The problem: Find and copy each line of the listing below that has the word "with" in it.

Source data:
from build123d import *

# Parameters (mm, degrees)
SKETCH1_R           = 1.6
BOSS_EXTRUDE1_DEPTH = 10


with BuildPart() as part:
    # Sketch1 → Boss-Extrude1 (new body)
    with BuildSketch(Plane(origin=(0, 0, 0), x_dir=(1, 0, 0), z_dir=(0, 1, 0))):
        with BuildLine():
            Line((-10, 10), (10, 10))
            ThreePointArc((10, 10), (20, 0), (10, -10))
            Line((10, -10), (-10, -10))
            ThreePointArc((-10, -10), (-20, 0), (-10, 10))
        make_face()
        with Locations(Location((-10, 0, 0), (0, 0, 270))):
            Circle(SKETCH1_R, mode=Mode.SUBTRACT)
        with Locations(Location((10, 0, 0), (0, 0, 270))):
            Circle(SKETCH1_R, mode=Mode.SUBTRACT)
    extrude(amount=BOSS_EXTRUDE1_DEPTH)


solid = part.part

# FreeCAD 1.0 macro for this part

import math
import FreeCAD as App
import Part
import Sketcher
from FreeCAD import Vector
Q = App.Units.Quantity

doc = App.newDocument("Part")
params = doc.addObject("Spreadsheet::Sheet", "Params")
for row, (alias, value) in enumerate([
    ("sketch1_radius", "10 mm"),
    ("sketch1_diameter", "3.2 mm"),
    ("sketch1_width", "20 mm"),
    ("pad1_length", "10 mm"),
], start=1):
    params.set(f"A{row}", alias)
    params.set(f"B{row}", "=" + value)
    params.setAlias(f"B{row}", alias)

body = doc.addObject("PartDesign::Body", "Body")

sketch1 = doc.addObject("Sketcher::SketchObject", "Sketch")
body.addObject(sketch1)
sketch1.AttachmentSupport = (doc.XZ_Plane, [""])
sketch1.MapMode = "FlatFace"
sketch1.addGeometry([
    Part.LineSegment(Vector(10, -10, 0), Vector(-10, -10, 0)),
    Part.ArcOfCircle(Part.Circle(Vector(-10, 0, 0), Vector(0, 0, 1), 10), math.radians(90), math.radians(270)),
    Part.LineSegment(Vector(-10, 10, 0), Vector(10, 10, 0)),
    Part.ArcOfCircle(Part.Circle(Vector(10, 0, 0), Vector(0, 0, 1), 10), math.radians(-90), math.radians(90)),
    Part.Circle(Vector(10, 0, 0), Vector(0, 0, 1), 1.6),
    Part.Circle(Vector(-10, 0, 0), Vector(0, 0, 1), 1.6),
], False)
sketch1.addConstraint([
    Sketcher.Constraint("Tangent", 0, 2, 1, 2),
    Sketcher.Constraint("Tangent", 1, 1, 2, 1),
    Sketcher.Constraint("Tangent", 2, 2, 3, 2),
    Sketcher.Constraint("Tangent", 3, 1, 0, 1),
    Sketcher.Constraint("Horizontal", 0),
    Sketcher.Constraint("Horizontal", 2),
    Sketcher.Constraint("Coincident", 4, 3, 3, 3),
    Sketcher.Constraint("Coincident", 5, 3, 1, 3),
    Sketcher.Constraint("Equal", 4, 5),
    Sketcher.Constraint("Symmetric", 1, 3, 3, 3, -1, 1),
    Sketcher.Constraint("Radius", 1, Q("10 mm")),
    Sketcher.Constraint("Diameter", 4, Q("3.2 mm")),
    Sketcher.Constraint("DistanceX", 0, 2, 0, 1, Q("20 mm")),
])
sketch1.setExpression("Constraints[10]", "Params.sketch1_radius")
sketch1.setExpression("Constraints[11]", "Params.sketch1_diameter")
sketch1.setExpression("Constraints[12]", "Params.sketch1_width")
pad1 = doc.addObject("PartDesign::Pad", "Pad")
body.addObject(pad1)
pad1.Profile = sketch1
pad1.setExpression("Length", "Params.pad1_length")
pad1.Reversed = True

doc.recompute()
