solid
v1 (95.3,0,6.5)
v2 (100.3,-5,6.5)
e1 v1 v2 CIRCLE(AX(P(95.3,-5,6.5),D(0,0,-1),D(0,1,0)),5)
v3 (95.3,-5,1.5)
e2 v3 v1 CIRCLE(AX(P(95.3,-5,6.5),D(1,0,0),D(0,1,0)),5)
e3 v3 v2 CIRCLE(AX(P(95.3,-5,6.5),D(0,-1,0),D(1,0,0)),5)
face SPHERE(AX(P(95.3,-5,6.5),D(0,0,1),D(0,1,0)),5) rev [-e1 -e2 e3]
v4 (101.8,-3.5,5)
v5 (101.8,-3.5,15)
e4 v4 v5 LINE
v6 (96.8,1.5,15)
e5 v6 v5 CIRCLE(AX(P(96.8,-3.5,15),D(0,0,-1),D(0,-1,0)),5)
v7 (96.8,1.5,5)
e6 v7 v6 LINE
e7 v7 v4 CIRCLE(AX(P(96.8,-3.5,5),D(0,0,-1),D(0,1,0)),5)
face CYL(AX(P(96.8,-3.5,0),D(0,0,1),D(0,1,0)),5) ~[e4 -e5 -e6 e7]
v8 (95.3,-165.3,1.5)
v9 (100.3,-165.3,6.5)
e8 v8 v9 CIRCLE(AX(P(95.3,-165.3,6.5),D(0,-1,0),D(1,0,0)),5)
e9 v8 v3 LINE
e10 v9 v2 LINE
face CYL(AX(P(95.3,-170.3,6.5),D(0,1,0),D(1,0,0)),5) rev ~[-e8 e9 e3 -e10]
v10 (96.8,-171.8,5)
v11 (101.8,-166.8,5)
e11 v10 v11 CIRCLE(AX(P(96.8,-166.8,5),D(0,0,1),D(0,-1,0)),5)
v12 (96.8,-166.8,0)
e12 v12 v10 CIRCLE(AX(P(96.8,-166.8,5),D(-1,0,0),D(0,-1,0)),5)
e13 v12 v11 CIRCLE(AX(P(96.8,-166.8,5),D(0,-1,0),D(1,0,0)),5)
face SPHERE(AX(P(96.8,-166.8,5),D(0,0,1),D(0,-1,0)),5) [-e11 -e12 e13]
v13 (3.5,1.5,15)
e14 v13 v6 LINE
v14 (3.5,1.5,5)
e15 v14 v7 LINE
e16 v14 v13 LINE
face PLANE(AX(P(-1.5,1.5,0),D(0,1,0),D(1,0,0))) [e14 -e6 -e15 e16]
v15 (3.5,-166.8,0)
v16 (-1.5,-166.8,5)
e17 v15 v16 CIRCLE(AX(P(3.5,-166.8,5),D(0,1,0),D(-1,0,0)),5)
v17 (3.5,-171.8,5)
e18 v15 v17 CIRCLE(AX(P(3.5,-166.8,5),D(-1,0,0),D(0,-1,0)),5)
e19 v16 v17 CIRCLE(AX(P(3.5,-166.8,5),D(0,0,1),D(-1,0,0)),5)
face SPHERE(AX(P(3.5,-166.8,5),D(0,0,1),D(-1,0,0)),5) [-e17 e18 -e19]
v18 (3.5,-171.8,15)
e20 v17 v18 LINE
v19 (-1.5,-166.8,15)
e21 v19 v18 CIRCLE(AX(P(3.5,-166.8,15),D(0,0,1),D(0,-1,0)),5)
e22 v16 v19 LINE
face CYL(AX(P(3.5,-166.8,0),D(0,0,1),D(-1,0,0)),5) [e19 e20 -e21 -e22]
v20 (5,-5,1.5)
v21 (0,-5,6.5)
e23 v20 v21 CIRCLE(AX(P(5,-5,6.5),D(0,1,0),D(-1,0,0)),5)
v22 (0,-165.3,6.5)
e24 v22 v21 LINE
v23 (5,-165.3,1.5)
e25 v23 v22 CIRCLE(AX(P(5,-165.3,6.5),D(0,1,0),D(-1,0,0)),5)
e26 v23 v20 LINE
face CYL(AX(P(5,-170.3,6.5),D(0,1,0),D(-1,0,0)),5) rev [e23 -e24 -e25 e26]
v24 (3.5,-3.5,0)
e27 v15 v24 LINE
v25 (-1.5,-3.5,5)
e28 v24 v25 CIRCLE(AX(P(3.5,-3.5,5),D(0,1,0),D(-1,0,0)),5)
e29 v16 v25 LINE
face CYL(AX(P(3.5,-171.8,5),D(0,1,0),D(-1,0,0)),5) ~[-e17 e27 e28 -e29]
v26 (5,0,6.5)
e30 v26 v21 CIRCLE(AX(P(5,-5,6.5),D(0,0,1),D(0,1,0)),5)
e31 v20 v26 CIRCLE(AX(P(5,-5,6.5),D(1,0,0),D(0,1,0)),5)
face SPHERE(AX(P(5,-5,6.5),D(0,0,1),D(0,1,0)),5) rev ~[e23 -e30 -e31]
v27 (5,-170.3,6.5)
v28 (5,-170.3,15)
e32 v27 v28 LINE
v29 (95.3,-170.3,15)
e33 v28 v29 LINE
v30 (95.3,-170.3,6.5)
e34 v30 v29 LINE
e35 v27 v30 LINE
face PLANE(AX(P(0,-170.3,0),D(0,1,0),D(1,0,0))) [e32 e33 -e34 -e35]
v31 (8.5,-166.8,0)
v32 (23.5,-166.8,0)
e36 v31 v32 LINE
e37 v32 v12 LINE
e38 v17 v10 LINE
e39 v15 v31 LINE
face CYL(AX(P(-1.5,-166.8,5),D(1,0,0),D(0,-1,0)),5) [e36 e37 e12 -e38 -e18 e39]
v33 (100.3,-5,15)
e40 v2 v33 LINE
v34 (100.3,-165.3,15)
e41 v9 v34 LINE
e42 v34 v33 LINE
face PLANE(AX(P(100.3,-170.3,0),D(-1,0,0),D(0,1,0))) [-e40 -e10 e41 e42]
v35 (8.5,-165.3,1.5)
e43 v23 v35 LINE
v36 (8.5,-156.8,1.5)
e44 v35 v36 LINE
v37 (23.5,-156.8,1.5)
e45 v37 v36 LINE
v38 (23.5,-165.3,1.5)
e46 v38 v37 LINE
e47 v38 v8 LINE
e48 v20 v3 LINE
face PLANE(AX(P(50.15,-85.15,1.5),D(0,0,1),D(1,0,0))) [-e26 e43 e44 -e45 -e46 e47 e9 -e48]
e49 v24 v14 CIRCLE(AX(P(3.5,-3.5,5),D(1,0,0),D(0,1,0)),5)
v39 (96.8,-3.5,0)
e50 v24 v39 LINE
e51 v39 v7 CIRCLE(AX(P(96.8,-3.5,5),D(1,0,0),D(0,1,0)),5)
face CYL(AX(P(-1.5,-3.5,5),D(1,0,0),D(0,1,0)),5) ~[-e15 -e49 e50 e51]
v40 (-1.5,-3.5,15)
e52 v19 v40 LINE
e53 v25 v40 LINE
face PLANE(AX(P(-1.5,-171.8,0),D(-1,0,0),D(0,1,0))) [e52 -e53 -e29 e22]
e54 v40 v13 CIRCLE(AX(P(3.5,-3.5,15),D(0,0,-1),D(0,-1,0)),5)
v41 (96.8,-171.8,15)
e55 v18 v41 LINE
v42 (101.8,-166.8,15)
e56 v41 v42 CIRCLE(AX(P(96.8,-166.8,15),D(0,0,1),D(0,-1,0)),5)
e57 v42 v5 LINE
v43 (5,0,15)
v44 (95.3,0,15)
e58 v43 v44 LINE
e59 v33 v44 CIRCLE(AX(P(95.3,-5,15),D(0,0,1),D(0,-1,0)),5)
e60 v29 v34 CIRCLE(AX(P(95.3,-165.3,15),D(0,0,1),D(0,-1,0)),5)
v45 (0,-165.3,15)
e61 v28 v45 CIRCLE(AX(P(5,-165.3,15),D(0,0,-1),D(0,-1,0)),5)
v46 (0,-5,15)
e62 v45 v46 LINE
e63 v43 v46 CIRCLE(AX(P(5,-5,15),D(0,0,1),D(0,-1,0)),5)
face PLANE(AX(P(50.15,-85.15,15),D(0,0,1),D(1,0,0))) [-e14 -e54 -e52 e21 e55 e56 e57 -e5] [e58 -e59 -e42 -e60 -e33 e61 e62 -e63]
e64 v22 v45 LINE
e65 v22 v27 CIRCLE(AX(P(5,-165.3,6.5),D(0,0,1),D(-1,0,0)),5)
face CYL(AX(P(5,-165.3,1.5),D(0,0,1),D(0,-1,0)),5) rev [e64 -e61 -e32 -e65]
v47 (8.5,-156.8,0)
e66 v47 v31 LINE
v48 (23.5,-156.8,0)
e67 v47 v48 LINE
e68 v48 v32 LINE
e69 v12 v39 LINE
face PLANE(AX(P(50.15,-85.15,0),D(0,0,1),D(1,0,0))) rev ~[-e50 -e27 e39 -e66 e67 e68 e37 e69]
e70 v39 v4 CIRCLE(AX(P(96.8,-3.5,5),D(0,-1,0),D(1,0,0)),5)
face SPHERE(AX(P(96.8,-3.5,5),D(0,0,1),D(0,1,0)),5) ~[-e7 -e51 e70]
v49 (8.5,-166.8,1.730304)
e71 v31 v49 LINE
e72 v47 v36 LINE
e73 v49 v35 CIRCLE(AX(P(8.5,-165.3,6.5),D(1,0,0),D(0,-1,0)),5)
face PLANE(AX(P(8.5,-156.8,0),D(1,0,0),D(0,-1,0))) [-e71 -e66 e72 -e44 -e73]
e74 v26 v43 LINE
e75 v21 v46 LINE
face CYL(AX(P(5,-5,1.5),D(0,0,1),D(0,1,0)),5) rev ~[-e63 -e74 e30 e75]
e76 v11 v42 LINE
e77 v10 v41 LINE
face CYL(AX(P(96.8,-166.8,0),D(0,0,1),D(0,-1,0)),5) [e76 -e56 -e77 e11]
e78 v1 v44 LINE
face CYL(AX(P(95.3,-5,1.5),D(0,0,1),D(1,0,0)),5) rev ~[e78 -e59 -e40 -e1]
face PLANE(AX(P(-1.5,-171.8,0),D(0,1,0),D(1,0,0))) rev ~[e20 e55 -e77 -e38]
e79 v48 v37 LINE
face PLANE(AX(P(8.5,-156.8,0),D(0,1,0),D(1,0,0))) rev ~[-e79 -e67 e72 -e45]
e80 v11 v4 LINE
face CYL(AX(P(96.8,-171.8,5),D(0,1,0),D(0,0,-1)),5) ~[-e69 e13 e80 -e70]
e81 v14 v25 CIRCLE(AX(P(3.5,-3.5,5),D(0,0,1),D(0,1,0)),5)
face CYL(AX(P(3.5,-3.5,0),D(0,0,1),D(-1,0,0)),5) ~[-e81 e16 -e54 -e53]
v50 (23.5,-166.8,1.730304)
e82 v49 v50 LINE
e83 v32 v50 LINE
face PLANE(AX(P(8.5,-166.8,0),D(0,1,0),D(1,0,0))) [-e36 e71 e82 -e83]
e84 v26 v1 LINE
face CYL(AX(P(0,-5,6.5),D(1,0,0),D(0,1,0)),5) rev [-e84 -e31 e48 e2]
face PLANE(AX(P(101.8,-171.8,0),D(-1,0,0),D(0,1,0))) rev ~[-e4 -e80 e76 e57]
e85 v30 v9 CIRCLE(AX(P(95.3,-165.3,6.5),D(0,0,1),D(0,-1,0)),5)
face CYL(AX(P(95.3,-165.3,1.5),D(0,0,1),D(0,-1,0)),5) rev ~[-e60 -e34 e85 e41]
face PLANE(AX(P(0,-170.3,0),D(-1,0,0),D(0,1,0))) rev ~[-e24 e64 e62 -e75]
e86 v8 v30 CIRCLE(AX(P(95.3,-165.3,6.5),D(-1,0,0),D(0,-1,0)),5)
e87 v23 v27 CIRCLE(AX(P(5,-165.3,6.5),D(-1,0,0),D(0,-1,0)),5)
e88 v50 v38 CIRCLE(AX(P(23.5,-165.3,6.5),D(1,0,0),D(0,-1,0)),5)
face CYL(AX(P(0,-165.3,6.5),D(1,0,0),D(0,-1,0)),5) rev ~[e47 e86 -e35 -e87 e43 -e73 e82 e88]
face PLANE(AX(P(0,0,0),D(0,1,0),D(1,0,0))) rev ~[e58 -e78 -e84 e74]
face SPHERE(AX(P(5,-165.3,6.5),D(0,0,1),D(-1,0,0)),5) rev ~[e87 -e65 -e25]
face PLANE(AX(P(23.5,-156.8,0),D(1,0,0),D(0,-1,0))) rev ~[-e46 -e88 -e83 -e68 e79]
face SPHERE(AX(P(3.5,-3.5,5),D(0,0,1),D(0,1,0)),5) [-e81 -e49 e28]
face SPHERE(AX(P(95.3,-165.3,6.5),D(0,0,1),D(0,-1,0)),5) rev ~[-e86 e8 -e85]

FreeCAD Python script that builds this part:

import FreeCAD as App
import Part
import Sketcher
from FreeCAD import Vector


def edges_at(feature, points):
    """Names of the edges that pass closest to the given points."""
    edges = feature.Shape.Edges
    near = lambda p: min(range(len(edges)), key=lambda i: edges[i].distToShape(Part.Vertex(*p))[0])
    return sorted({f"Edge{near(p) + 1}" for p in points})


def add_polygon(sketch, points):
    """Adds a closed chain of lines whose ends are joined by coincident constraints."""
    first, n = sketch.GeometryCount, len(points)
    for a, b in zip(points, points[1:] + points[:1]):
        sketch.addGeometry(Part.LineSegment(App.Vector(*a, 0), App.Vector(*b, 0)), False)
    for i in range(n):
        sketch.addConstraint(Sketcher.Constraint("Coincident", first + i, 2, first + (i + 1) % n, 1))

doc = App.newDocument("Part")
body = doc.addObject("PartDesign::Body", "Body")

sketch1 = body.newObject("Sketcher::SketchObject", "Sketch")
sketch1.AttachmentSupport = (doc.getObject("XY_Plane"), [""])
sketch1.MapMode = "FlatFace"
add_polygon(sketch1, [(0, 0), (0, -170), (100, -170), (100, 0)])
sketch1.addConstraint(Sketcher.Constraint("Vertical", 0))
sketch1.addConstraint(Sketcher.Constraint("Horizontal", 1))
sketch1.addConstraint(Sketcher.Constraint("Vertical", 2))
sketch1.addConstraint(Sketcher.Constraint("Horizontal", 3))
sketch1.addConstraint(Sketcher.Constraint("Coincident", 3, 2, -1, 1))
sketch1.addConstraint(Sketcher.Constraint("DistanceX", 1, 1, 1, 2, 100.3))
sketch1.addConstraint(Sketcher.Constraint("DistanceY", 0, 2, 0, 1, 170.3))
pad1 = body.newObject("PartDesign::Pad", "Pad")
pad1.Profile = sketch1
pad1.Length = 1.5

sketch2 = body.newObject("Sketcher::SketchObject", "Sketch001")
sketch2.AttachmentSupport = (doc.getObject("XY_Plane"), [""])
sketch2.MapMode = "FlatFace"
add_polygon(sketch2, [(-2, 2), (-2, -172), (102, -172), (102, 2)])
add_polygon(sketch2, [(100, -170), (0, -170), (0, 0), (100, 0)])
sketch2.addConstraint(Sketcher.Constraint("Vertical", 0))
sketch2.addConstraint(Sketcher.Constraint("Horizontal", 1))
sketch2.addConstraint(Sketcher.Constraint("Vertical", 2))
sketch2.addConstraint(Sketcher.Constraint("Horizontal", 3))
sketch2.addConstraint(Sketcher.Constraint("Horizontal", 4))
sketch2.addConstraint(Sketcher.Constraint("Vertical", 5))
sketch2.addConstraint(Sketcher.Constraint("Horizontal", 6))
sketch2.addConstraint(Sketcher.Constraint("Vertical", 7))
sketch2.addConstraint(Sketcher.Constraint("Coincident", 5, 2, -1, 1))
sketch2.addConstraint(Sketcher.Constraint("DistanceX", 1, 1, 1, 2, 103.3))
sketch2.addConstraint(Sketcher.Constraint("DistanceX", 4, 2, 4, 1, 100.3))
sketch2.addConstraint(Sketcher.Constraint("DistanceY", 0, 2, 0, 1, 173.3))
sketch2.addConstraint(Sketcher.Constraint("DistanceY", 5, 1, 5, 2, 170.3))
sketch2.addConstraint(Sketcher.Constraint("DistanceX", 0, 2, -1, 1, 1.5))
sketch2.addConstraint(Sketcher.Constraint("DistanceY", 0, 2, -1, 1, 171.8))
pad2 = body.newObject("PartDesign::Pad", "Pad001")
pad2.Profile = sketch2
pad2.Length = 15
doc.recompute()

Exercise answer:
with BuildPart() as part:
    with BuildSketch(Plane(origin=(0, 0, 0), x_dir=(1, 0, 0), z_dir=(0, 1, 0))):
        with BuildLine():
        with Locations(Location((-10, 0, 0), (0, 0, 270))):
        with Locations(Location((10, 0, 0), (0, 0, 270))):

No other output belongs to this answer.